## REQUIRED ACTION:
Where a line holds the word "normal", copy that line from the data below.

Stored items:
^^^^

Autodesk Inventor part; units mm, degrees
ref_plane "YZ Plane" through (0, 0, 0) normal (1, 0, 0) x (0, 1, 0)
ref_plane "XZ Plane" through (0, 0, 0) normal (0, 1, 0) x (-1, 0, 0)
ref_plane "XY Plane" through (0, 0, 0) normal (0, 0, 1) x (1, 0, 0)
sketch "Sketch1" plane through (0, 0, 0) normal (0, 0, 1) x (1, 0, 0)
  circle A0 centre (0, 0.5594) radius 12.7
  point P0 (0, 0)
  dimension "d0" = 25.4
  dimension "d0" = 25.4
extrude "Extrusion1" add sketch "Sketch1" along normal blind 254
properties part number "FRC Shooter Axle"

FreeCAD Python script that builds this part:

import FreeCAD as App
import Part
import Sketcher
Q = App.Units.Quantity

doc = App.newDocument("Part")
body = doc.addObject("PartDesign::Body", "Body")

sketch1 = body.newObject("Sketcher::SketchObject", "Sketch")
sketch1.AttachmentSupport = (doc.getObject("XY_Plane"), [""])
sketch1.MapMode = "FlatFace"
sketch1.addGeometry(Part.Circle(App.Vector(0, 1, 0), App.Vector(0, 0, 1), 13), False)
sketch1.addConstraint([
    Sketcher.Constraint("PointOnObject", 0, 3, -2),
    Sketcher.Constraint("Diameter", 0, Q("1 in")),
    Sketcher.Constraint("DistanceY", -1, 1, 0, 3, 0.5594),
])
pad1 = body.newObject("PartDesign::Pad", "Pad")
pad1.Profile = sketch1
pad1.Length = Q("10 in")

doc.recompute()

^^^^

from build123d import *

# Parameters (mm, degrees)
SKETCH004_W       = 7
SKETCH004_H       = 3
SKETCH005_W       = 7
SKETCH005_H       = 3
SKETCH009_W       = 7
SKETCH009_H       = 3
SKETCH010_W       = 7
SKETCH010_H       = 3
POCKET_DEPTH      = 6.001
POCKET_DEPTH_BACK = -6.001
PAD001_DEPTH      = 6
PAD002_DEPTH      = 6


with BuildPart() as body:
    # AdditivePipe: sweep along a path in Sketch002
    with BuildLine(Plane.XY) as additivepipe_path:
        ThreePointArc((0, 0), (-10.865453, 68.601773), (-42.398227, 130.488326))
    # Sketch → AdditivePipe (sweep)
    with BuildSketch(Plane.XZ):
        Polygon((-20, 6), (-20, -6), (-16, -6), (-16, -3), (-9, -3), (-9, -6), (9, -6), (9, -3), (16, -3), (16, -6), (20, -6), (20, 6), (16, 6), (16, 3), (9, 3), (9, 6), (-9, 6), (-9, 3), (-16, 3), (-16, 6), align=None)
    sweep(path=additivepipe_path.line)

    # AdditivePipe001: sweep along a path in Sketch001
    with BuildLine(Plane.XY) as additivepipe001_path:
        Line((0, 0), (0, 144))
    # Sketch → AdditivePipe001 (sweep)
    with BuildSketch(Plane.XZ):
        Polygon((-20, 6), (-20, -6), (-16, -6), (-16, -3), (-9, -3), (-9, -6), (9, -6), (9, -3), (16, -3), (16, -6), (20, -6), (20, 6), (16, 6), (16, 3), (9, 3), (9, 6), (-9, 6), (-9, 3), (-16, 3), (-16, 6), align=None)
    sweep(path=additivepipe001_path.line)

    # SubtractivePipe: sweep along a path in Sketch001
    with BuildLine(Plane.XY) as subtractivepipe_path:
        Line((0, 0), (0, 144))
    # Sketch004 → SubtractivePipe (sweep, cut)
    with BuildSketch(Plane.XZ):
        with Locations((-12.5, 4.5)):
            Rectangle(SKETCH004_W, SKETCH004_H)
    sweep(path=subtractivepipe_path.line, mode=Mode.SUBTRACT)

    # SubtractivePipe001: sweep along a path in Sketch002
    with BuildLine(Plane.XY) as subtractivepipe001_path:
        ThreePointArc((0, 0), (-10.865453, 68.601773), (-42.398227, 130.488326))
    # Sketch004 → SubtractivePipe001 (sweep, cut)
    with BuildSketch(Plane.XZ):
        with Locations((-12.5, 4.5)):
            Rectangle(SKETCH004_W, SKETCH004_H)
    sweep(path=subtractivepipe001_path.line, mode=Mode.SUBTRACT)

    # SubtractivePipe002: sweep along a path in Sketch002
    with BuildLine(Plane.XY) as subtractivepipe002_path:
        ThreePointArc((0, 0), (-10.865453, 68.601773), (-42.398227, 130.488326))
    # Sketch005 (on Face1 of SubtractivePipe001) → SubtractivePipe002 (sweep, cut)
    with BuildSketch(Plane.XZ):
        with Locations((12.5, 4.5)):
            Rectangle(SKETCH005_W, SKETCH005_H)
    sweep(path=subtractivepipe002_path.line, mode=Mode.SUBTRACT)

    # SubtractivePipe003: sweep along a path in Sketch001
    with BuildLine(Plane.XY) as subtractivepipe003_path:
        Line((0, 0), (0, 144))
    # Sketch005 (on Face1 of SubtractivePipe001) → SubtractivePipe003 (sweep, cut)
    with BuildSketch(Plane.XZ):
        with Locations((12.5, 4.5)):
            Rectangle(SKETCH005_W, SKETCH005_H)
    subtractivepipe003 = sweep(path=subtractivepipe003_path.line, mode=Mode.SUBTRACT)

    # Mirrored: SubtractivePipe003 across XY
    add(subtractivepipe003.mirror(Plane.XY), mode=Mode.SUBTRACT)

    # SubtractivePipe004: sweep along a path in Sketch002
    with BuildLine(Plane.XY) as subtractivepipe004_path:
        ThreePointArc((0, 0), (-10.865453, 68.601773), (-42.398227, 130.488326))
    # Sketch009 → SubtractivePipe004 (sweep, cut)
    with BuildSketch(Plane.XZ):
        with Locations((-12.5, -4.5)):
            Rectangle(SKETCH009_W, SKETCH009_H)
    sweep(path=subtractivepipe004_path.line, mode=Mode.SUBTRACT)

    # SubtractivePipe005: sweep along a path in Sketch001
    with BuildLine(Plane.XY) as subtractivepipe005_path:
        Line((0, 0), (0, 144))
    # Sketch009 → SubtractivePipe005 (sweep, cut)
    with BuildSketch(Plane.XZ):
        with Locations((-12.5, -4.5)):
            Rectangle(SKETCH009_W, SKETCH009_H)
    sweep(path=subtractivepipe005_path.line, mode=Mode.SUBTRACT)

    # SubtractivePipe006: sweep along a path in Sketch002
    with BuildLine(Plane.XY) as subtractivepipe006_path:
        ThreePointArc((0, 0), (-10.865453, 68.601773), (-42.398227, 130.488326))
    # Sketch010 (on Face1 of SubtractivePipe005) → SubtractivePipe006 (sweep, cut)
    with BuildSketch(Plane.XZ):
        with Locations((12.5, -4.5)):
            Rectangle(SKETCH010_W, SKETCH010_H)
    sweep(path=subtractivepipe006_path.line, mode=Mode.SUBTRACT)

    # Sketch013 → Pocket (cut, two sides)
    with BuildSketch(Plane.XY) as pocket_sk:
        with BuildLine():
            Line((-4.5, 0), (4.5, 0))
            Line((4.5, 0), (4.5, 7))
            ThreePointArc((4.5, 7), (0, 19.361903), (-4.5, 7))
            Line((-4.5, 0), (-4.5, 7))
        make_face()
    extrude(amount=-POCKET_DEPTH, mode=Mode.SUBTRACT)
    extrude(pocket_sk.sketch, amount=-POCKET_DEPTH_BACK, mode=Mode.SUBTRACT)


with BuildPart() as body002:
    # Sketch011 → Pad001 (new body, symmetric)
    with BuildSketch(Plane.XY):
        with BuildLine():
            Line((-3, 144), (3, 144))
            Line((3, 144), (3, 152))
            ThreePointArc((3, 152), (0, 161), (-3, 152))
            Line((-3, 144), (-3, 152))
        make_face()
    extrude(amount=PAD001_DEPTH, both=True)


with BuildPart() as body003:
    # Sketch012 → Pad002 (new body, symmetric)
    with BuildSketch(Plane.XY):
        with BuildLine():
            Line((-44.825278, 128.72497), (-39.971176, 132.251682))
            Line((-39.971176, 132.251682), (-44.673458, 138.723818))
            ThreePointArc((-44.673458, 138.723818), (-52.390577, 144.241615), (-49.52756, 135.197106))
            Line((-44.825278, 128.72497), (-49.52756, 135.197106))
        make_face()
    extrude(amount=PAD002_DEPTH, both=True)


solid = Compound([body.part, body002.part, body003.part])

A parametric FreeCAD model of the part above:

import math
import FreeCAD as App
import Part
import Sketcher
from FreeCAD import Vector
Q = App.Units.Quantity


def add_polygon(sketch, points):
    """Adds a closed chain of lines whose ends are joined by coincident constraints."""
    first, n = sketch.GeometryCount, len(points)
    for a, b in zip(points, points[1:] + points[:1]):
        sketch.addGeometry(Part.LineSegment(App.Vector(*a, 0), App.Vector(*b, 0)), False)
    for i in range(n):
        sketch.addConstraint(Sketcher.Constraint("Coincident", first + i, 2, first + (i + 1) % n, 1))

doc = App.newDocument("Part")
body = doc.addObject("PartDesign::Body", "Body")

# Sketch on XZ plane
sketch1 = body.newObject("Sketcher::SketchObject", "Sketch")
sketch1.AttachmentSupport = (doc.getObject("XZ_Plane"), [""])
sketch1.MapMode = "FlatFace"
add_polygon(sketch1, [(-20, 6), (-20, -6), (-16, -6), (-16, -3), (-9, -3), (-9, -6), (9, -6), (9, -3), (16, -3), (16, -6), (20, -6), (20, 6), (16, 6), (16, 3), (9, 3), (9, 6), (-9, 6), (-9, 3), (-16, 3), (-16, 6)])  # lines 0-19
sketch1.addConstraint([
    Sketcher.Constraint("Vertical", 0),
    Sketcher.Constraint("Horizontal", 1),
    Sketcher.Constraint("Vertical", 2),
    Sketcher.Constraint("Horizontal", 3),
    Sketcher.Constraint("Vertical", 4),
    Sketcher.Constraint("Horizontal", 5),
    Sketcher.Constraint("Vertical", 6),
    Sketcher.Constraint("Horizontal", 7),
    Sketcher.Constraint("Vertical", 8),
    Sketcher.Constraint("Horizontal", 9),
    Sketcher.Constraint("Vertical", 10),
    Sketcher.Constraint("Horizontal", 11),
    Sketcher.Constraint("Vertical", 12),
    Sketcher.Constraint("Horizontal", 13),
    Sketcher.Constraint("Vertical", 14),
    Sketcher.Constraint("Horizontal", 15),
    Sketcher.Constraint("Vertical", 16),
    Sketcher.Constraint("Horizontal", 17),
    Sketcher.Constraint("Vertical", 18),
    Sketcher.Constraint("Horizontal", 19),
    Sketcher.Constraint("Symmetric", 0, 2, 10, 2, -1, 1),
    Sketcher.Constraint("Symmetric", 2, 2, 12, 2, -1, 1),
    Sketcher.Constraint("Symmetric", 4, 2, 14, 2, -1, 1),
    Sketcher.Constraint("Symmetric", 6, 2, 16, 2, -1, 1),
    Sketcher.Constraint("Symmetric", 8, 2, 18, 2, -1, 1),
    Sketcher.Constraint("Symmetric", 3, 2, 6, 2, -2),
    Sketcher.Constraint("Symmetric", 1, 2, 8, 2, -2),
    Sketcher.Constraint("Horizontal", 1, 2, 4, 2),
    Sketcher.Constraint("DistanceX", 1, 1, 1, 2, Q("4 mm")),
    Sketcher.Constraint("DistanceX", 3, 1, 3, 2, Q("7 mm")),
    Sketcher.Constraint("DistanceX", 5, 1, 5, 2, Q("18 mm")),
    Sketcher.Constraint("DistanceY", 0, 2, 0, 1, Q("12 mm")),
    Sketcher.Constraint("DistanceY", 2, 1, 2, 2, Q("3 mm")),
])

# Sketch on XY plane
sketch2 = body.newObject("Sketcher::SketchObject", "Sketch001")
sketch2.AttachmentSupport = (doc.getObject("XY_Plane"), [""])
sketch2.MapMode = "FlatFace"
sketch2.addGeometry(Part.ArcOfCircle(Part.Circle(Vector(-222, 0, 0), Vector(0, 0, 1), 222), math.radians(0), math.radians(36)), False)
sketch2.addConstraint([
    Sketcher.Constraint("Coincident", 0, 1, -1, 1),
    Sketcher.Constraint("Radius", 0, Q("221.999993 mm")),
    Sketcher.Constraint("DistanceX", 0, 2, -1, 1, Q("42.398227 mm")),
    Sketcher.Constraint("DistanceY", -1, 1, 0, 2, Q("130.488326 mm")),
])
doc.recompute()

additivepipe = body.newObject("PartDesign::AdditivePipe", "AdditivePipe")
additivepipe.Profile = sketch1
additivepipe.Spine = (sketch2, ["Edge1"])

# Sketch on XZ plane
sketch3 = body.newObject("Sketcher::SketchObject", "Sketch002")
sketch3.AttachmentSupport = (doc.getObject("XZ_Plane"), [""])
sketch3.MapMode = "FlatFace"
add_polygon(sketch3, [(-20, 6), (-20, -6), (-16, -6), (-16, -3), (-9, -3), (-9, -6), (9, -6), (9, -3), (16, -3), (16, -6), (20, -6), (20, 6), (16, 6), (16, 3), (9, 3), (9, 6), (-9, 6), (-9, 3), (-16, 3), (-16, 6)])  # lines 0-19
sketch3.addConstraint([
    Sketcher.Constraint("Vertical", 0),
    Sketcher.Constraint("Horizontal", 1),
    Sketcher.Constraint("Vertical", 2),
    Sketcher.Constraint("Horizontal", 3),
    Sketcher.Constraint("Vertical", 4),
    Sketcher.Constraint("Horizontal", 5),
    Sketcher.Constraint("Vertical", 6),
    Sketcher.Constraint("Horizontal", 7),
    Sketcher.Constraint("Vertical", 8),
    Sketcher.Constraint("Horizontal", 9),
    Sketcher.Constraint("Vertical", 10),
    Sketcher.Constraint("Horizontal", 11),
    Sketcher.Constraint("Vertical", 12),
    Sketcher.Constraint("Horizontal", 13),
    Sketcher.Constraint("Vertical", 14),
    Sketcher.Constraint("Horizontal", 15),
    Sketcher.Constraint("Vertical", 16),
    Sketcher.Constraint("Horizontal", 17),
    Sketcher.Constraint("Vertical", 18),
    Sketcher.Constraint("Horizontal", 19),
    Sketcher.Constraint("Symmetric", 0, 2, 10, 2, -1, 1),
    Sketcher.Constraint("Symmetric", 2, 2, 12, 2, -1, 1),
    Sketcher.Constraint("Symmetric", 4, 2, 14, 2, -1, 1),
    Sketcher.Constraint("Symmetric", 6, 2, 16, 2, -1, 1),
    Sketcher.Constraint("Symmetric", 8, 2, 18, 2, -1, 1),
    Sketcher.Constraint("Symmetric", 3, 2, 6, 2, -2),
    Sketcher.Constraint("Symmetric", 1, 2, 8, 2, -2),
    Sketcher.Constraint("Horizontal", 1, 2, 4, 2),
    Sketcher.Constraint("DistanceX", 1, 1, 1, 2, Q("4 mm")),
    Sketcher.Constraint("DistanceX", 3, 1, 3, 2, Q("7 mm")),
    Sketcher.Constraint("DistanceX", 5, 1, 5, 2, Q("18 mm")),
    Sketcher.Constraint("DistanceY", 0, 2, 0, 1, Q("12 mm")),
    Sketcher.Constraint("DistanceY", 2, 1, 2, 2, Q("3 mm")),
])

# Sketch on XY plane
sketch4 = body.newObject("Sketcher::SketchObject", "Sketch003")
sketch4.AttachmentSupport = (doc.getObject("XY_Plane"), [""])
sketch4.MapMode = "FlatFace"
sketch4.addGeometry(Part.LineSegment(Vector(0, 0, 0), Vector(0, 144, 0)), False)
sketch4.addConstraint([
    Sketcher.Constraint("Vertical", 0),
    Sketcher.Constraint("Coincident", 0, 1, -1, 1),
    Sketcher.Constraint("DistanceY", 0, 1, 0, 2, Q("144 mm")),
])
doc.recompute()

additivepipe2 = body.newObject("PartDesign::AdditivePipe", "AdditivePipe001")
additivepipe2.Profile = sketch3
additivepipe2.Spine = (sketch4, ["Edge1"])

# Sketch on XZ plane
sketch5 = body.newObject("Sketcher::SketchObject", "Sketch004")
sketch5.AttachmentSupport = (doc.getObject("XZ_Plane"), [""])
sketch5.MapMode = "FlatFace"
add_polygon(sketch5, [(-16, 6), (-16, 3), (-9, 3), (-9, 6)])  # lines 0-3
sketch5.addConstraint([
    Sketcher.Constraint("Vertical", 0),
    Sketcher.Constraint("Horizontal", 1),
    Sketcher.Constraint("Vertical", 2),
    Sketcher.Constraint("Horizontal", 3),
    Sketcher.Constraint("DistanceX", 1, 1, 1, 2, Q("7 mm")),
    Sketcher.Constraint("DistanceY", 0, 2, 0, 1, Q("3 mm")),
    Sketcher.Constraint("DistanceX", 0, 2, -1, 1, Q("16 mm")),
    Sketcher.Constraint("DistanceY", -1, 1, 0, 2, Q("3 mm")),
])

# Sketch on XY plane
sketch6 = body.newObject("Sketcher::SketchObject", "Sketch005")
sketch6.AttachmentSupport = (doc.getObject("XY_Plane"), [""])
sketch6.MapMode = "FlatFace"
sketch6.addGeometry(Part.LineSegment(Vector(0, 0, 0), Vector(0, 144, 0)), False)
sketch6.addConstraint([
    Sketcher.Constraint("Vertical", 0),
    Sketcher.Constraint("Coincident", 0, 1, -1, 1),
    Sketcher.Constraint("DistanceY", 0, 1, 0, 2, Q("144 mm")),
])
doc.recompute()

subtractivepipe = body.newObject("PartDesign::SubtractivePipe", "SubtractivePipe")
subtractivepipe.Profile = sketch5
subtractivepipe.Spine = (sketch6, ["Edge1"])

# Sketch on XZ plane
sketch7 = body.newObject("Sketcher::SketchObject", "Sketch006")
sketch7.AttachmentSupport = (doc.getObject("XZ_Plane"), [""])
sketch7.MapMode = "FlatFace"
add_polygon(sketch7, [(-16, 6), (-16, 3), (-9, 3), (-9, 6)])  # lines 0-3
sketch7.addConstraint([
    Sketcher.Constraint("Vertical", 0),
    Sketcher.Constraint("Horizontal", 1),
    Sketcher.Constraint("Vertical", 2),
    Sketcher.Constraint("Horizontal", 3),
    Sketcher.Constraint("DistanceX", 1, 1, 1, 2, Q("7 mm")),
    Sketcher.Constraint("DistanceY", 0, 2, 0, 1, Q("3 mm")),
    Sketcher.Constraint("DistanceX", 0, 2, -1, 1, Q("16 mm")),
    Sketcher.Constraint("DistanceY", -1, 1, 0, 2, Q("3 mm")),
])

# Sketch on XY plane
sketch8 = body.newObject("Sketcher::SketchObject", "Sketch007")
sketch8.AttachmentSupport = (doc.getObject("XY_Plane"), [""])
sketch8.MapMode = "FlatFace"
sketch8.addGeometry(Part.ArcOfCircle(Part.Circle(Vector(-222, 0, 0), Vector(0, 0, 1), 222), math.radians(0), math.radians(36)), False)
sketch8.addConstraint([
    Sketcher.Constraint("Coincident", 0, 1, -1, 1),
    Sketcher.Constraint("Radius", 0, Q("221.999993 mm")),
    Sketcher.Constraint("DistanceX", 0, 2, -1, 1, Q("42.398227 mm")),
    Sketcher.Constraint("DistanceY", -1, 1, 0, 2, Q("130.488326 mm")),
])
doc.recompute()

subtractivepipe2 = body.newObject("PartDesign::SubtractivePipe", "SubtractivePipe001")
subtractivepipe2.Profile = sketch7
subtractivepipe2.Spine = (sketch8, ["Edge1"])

^^^^

## ANSWER TO THE EXERCISE:
ref_plane "YZ Plane" through (0, 0, 0) normal (1, 0, 0) x (0, 1, 0)
ref_plane "XZ Plane" through (0, 0, 0) normal (0, 1, 0) x (-1, 0, 0)
ref_plane "XY Plane" through (0, 0, 0) normal (0, 0, 1) x (1, 0, 0)
sketch "Sketch1" plane through (0, 0, 0) normal (0, 0, 1) x (1, 0, 0)
extrude "Extrusion1" add sketch "Sketch1" along normal blind 254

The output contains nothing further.